In the Historia Augusta, Postumus the Younger (Latin: Postumus Iūnior) figures as one of the so-called Thirty Tyrants who usurped power against the Roman Emperor Gallienus. According to the pseudo-historical list of 'Thirty Tyrants', the Emperor of the Gallic Empire Postumus had a son, also called Postumus, whom he nominated to be first caesar, and later even augustus and co-ruler. Postumus the Younger would have been killed together with his father in 268, during the rebellion of Laelianus (called Lollianus in the Historia).

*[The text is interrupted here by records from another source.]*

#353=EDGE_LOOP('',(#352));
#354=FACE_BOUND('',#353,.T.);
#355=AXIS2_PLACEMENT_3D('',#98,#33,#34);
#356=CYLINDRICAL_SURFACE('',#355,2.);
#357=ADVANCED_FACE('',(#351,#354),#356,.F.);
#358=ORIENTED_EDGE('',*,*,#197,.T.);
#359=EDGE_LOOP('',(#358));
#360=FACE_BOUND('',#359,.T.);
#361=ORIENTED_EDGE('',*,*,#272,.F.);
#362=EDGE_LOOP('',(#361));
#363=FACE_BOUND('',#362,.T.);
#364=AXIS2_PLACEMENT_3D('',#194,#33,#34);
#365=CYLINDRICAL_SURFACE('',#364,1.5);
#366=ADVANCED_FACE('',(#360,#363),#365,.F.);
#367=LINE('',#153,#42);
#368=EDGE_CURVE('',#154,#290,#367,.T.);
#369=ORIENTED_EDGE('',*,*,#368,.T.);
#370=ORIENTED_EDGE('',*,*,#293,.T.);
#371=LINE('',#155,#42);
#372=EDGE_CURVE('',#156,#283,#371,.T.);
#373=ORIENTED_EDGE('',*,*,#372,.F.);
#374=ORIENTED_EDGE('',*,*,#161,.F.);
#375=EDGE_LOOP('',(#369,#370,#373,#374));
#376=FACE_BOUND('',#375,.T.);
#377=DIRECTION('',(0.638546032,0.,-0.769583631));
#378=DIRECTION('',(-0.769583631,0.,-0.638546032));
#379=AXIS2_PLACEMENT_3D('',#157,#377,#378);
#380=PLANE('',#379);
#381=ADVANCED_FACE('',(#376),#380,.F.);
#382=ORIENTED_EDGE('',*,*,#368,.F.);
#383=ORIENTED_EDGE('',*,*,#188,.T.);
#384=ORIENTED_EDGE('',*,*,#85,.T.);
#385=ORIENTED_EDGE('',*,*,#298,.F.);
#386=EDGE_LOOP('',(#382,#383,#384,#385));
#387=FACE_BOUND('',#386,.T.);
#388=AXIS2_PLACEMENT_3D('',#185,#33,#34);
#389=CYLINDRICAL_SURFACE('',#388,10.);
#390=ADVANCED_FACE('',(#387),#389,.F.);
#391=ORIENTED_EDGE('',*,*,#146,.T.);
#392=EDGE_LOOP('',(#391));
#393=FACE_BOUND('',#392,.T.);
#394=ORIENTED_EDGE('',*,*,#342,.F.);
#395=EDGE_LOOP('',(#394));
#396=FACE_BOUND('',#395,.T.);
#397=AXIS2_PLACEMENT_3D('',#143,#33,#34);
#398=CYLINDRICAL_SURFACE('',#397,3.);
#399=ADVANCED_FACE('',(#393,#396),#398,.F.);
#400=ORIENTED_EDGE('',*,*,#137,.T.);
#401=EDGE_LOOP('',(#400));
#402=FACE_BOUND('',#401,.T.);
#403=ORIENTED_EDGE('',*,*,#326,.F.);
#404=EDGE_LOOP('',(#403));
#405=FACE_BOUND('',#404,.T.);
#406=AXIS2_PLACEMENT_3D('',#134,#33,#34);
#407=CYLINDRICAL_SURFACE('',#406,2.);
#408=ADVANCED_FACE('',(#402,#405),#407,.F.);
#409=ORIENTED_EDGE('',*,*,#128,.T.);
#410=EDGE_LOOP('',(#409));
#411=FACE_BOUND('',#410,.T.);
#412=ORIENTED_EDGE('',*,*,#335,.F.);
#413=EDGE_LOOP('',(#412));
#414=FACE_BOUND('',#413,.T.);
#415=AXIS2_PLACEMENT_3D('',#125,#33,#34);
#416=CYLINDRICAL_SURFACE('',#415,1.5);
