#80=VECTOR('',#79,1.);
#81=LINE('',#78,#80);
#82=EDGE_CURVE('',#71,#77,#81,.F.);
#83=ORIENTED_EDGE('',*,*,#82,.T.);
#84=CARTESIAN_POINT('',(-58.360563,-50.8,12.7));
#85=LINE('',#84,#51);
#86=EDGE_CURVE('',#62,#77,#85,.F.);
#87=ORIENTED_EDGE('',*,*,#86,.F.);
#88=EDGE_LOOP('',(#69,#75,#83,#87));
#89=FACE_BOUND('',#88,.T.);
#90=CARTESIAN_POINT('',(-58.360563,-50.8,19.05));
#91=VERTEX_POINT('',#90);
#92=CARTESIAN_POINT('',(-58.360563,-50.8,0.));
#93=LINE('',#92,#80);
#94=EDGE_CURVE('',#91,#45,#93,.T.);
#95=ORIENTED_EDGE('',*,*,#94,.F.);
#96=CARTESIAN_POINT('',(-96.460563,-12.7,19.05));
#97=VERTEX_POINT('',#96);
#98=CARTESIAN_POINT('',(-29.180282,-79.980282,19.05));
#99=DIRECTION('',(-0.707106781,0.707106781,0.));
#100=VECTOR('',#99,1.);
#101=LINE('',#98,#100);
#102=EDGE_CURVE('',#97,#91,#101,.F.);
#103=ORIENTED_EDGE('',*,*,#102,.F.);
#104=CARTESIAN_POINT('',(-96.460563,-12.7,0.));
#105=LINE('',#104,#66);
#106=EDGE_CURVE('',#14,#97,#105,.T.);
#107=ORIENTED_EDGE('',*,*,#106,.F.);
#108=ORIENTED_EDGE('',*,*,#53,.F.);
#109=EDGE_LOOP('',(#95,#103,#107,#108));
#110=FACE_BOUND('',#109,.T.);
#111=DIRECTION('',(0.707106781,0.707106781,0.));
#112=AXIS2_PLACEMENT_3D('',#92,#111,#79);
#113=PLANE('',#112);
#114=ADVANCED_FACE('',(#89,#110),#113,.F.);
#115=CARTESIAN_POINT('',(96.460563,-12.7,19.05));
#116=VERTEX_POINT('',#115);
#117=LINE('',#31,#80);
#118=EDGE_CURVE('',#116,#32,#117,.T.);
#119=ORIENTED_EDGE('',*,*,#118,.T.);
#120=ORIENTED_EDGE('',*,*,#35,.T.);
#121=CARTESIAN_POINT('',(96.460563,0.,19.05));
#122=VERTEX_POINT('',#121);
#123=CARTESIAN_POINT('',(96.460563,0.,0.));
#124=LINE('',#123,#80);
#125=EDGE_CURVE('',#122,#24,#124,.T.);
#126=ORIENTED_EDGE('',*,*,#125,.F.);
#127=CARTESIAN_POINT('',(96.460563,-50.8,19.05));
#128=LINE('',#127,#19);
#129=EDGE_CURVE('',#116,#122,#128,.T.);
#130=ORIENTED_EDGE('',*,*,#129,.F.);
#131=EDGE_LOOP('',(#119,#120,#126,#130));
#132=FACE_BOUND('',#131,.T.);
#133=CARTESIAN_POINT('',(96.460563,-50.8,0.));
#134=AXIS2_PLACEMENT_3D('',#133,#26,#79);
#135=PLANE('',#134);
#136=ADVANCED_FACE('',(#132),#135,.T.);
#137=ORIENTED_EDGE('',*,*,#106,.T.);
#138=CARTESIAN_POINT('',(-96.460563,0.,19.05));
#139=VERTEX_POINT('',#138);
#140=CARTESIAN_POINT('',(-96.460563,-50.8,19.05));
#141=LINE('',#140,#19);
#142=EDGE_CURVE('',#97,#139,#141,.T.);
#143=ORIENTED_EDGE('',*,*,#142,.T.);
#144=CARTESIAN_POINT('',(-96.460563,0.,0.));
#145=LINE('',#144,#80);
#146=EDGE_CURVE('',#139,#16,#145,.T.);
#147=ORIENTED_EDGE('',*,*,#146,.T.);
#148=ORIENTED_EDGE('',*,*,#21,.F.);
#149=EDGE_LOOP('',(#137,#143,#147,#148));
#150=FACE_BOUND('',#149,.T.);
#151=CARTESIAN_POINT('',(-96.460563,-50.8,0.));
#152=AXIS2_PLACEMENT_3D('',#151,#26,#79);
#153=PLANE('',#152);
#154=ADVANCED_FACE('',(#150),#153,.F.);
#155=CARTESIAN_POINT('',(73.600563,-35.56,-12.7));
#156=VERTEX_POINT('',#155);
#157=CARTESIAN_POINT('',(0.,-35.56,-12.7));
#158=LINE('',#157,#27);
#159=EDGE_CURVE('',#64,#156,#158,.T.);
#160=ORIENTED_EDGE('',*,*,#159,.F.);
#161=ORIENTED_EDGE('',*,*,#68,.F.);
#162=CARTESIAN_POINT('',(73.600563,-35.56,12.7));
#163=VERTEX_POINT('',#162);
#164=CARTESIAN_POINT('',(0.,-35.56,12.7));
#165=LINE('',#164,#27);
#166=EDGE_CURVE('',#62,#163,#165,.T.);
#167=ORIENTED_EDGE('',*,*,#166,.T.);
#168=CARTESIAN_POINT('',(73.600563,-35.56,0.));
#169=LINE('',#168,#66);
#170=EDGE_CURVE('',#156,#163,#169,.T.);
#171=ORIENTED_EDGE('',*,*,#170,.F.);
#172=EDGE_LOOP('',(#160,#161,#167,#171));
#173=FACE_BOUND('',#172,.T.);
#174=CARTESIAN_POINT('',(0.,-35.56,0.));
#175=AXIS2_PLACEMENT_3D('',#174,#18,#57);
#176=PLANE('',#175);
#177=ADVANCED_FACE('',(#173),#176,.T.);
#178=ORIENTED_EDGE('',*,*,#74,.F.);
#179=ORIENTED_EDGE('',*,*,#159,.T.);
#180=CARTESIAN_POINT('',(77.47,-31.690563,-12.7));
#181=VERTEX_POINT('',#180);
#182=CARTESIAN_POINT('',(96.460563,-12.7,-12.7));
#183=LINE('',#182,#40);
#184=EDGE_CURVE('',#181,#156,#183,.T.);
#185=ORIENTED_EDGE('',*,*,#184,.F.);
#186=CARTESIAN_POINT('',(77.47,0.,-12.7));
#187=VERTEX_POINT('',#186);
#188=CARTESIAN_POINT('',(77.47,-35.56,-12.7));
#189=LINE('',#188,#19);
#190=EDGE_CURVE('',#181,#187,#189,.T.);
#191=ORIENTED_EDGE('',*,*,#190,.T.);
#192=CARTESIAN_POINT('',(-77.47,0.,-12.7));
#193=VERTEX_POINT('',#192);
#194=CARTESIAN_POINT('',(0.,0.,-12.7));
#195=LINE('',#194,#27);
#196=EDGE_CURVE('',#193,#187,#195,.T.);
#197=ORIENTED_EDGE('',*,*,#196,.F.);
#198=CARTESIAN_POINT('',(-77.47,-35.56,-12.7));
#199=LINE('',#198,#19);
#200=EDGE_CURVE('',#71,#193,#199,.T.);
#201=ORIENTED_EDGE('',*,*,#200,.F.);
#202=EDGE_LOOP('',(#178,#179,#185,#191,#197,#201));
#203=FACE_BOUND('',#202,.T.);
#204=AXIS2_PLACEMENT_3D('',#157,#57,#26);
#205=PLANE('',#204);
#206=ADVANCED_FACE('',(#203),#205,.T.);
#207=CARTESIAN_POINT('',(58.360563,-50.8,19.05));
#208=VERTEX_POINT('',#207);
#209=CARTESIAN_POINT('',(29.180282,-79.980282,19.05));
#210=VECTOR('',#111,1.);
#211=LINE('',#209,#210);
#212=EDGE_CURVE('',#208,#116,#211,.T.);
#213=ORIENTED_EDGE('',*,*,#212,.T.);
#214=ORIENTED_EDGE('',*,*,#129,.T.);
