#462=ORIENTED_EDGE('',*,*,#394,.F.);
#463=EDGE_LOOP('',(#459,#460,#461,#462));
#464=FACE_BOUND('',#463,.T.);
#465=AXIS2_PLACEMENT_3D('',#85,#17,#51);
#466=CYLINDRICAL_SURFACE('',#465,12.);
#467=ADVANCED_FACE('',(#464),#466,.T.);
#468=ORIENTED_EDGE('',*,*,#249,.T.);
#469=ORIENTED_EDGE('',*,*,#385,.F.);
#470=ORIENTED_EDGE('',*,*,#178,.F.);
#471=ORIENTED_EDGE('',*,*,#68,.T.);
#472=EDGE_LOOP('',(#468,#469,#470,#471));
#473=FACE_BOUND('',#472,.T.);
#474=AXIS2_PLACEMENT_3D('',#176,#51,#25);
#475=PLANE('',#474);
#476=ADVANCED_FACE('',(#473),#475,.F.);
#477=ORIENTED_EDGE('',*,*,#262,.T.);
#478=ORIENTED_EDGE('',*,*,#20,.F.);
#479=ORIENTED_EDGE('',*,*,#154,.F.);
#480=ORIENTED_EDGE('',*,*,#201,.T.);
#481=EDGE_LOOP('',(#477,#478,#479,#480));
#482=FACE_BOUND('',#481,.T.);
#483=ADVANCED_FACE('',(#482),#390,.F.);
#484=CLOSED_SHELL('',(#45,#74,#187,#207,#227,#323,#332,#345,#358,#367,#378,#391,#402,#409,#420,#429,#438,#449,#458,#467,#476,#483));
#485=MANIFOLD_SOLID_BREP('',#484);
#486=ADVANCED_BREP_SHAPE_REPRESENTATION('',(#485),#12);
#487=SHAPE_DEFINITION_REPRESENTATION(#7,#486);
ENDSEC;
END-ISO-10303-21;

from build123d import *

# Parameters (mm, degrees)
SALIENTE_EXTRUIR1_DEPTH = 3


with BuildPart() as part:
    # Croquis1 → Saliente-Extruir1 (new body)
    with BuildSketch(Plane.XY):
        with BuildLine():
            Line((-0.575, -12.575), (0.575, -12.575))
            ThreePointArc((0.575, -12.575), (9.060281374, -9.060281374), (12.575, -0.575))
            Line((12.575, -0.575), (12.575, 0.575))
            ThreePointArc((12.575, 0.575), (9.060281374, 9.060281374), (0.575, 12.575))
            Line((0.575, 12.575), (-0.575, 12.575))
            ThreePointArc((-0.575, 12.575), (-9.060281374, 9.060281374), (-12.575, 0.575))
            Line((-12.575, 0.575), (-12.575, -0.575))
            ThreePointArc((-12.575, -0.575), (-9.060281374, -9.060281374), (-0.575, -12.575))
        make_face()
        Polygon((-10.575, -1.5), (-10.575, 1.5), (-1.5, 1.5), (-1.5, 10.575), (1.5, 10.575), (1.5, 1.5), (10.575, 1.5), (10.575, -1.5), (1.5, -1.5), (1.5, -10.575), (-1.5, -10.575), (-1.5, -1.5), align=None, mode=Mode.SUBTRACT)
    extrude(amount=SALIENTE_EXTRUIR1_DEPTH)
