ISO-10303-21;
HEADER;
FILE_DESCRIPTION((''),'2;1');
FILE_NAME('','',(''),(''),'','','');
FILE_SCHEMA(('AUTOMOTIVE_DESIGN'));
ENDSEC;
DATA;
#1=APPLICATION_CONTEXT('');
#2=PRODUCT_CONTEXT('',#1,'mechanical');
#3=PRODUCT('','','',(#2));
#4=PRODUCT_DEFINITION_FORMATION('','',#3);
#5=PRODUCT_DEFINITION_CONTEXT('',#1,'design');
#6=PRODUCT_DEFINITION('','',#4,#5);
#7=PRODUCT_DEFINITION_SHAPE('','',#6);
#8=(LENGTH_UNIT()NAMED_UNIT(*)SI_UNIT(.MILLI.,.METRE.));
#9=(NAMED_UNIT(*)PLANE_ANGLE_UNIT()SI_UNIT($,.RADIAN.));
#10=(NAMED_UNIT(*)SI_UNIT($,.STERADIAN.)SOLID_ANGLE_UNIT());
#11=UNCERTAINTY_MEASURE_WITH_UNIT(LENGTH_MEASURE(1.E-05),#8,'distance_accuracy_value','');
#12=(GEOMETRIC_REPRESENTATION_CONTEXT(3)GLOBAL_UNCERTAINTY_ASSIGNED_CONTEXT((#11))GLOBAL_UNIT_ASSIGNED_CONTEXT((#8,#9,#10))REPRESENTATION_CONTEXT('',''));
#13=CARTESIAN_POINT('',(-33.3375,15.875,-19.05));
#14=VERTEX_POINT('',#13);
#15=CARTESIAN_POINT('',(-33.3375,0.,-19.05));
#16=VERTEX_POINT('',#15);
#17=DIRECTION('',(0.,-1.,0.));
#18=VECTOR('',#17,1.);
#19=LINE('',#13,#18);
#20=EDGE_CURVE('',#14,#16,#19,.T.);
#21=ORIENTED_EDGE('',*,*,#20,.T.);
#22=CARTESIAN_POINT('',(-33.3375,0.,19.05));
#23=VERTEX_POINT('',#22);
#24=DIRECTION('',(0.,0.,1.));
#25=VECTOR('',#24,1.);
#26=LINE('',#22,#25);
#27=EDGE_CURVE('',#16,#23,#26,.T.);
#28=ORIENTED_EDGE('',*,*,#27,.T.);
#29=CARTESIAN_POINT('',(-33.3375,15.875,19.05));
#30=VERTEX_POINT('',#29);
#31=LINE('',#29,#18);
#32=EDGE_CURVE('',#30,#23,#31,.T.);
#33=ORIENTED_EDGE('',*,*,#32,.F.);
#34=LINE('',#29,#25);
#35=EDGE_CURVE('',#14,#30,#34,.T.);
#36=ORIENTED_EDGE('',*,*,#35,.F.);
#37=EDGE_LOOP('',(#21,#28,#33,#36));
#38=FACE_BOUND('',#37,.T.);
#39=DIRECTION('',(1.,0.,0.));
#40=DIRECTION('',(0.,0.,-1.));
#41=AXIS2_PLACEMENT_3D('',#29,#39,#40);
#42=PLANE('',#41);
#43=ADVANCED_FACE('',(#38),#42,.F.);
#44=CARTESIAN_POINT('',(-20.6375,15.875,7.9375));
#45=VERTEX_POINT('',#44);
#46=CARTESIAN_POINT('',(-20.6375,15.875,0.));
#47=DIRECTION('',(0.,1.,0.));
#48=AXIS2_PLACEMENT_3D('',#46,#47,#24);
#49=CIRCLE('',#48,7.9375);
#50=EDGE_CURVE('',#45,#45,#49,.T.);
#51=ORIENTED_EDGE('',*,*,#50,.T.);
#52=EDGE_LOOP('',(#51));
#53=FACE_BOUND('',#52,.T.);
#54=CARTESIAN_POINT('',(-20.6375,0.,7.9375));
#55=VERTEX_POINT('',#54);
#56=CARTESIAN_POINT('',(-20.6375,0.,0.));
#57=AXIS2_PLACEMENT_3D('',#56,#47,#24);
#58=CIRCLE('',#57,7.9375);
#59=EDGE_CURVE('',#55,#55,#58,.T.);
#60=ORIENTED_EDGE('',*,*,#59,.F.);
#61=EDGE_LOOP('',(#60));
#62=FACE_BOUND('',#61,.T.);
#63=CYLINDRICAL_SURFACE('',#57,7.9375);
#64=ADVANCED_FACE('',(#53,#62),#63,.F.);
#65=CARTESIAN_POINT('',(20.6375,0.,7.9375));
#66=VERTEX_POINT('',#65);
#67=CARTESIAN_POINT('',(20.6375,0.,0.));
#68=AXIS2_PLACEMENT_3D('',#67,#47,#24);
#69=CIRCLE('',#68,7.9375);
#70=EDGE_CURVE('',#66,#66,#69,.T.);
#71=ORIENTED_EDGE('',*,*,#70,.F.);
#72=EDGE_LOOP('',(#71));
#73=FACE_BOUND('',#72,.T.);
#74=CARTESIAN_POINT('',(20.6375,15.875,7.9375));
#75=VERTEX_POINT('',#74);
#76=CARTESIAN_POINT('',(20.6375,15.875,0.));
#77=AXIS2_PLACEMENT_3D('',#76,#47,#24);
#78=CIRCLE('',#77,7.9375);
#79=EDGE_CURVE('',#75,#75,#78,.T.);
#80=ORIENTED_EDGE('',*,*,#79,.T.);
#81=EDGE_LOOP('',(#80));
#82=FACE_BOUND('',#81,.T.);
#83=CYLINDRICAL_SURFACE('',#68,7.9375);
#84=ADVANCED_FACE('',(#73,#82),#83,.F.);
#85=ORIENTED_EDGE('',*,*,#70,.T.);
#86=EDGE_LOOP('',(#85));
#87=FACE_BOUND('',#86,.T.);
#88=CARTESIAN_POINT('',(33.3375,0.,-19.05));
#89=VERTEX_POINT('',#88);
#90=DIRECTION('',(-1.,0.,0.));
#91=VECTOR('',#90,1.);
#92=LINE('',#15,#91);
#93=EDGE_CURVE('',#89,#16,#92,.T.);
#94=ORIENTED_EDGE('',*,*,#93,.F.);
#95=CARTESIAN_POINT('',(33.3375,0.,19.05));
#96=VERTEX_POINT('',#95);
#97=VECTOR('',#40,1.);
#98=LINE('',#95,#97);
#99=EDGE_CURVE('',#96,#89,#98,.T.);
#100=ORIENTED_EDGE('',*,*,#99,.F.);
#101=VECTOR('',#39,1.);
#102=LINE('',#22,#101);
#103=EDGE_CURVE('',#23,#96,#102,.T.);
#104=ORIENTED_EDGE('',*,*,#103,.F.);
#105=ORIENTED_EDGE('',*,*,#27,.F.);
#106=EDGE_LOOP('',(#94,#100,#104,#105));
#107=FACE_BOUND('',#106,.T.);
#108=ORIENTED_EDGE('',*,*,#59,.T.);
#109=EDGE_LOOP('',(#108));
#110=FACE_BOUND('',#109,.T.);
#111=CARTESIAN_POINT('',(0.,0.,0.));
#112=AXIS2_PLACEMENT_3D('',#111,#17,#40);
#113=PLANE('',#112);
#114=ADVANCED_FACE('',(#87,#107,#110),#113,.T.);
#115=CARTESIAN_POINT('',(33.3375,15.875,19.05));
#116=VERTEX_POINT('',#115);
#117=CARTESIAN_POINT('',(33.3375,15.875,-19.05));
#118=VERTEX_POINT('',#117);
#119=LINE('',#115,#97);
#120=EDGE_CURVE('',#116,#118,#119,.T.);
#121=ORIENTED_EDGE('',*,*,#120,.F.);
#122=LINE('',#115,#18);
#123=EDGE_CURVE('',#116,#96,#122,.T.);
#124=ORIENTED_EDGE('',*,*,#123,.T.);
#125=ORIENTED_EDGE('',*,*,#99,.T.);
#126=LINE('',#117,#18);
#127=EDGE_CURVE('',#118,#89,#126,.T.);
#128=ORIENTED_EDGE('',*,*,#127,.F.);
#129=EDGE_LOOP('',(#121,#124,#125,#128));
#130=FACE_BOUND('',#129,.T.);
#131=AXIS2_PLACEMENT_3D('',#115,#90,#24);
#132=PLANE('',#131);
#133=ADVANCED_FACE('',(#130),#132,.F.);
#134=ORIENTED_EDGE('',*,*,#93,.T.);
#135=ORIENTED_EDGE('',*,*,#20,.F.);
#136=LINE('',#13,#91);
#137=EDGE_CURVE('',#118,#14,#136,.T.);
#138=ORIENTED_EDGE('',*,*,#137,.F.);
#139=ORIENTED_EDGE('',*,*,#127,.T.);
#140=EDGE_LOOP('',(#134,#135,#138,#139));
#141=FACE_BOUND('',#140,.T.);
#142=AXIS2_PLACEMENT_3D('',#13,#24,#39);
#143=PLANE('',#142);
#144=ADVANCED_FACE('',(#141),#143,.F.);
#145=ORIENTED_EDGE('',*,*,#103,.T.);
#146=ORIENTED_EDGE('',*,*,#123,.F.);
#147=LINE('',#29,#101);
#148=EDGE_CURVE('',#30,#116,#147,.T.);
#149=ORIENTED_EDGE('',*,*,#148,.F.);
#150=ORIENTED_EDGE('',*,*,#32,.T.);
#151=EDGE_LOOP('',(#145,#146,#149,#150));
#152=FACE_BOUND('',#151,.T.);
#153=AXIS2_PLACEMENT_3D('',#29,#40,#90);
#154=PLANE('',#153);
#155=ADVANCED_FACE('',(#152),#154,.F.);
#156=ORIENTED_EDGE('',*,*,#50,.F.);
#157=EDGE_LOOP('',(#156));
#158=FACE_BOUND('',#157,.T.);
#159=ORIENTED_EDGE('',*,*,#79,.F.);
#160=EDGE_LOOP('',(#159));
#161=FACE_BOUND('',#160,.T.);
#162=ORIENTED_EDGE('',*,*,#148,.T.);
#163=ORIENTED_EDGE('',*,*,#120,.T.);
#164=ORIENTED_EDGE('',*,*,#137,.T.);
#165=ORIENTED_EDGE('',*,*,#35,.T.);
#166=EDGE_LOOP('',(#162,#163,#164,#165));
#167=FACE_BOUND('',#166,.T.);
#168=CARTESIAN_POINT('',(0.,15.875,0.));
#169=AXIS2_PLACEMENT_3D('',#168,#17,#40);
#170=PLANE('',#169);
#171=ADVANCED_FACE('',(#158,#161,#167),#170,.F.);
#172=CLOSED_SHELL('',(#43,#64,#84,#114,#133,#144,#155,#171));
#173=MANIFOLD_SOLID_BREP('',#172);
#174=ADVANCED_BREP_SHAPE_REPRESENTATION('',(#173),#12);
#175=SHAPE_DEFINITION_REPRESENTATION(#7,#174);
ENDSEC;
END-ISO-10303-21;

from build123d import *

# Parameters (mm, degrees)
SKETCH2_W           = 66.675
SKETCH2_H           = 38.1
BOSS_EXTRUDE1_DEPTH = 15.875
SKETCH3_R           = 7.9375
CUT_EXTRUDE1_DEPTH  = 16.875


with BuildPart() as part:
    # Sketch2 → Boss-Extrude1 (new body)
    with BuildSketch(Plane(origin=(0, 0, 0), x_dir=(1, 0, 0), z_dir=(0, 1, 0))):
        Rectangle(SKETCH2_W, SKETCH2_H)
    extrude(amount=BOSS_EXTRUDE1_DEPTH)

    # Sketch3 → Cut-Extrude1 (cut, through all)
    with BuildSketch(Plane(origin=(0, 15.875, 0), x_dir=(1, 0, 0), z_dir=(0, 1, 0))):
        with Locations((-20.6375, 0)):
            Circle(SKETCH3_R)
        with Locations((20.6375, 0)):
            Circle(SKETCH3_R)
    extrude(amount=-CUT_EXTRUDE1_DEPTH, mode=Mode.SUBTRACT)


solid = part.part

The historian J. F. Drinkwater dismisses the Historia Augusta's reference to Postumus the Younger as a "fiction". There are no references to any son of Postumus on coins or inscriptions from the period.

The author(s) of the Historia asserts that Postumus the Younger was a skilled rhetor, and that his Controversiae were included among Quintilian's Declamationes.

References

  1. ^ Historia Augusta (authorship disputed), Tyranni Triginta 4
  2. J. F. Drinkwater (1987). The Gallic Empire: Separatism and continuity in the north-western provinces of the Roman Empire, A.D. 260–274, Franz Steiner Verlag Wiesbaden GMBH, Stuttgart, ISBN 3-515-04806-5, p. 65.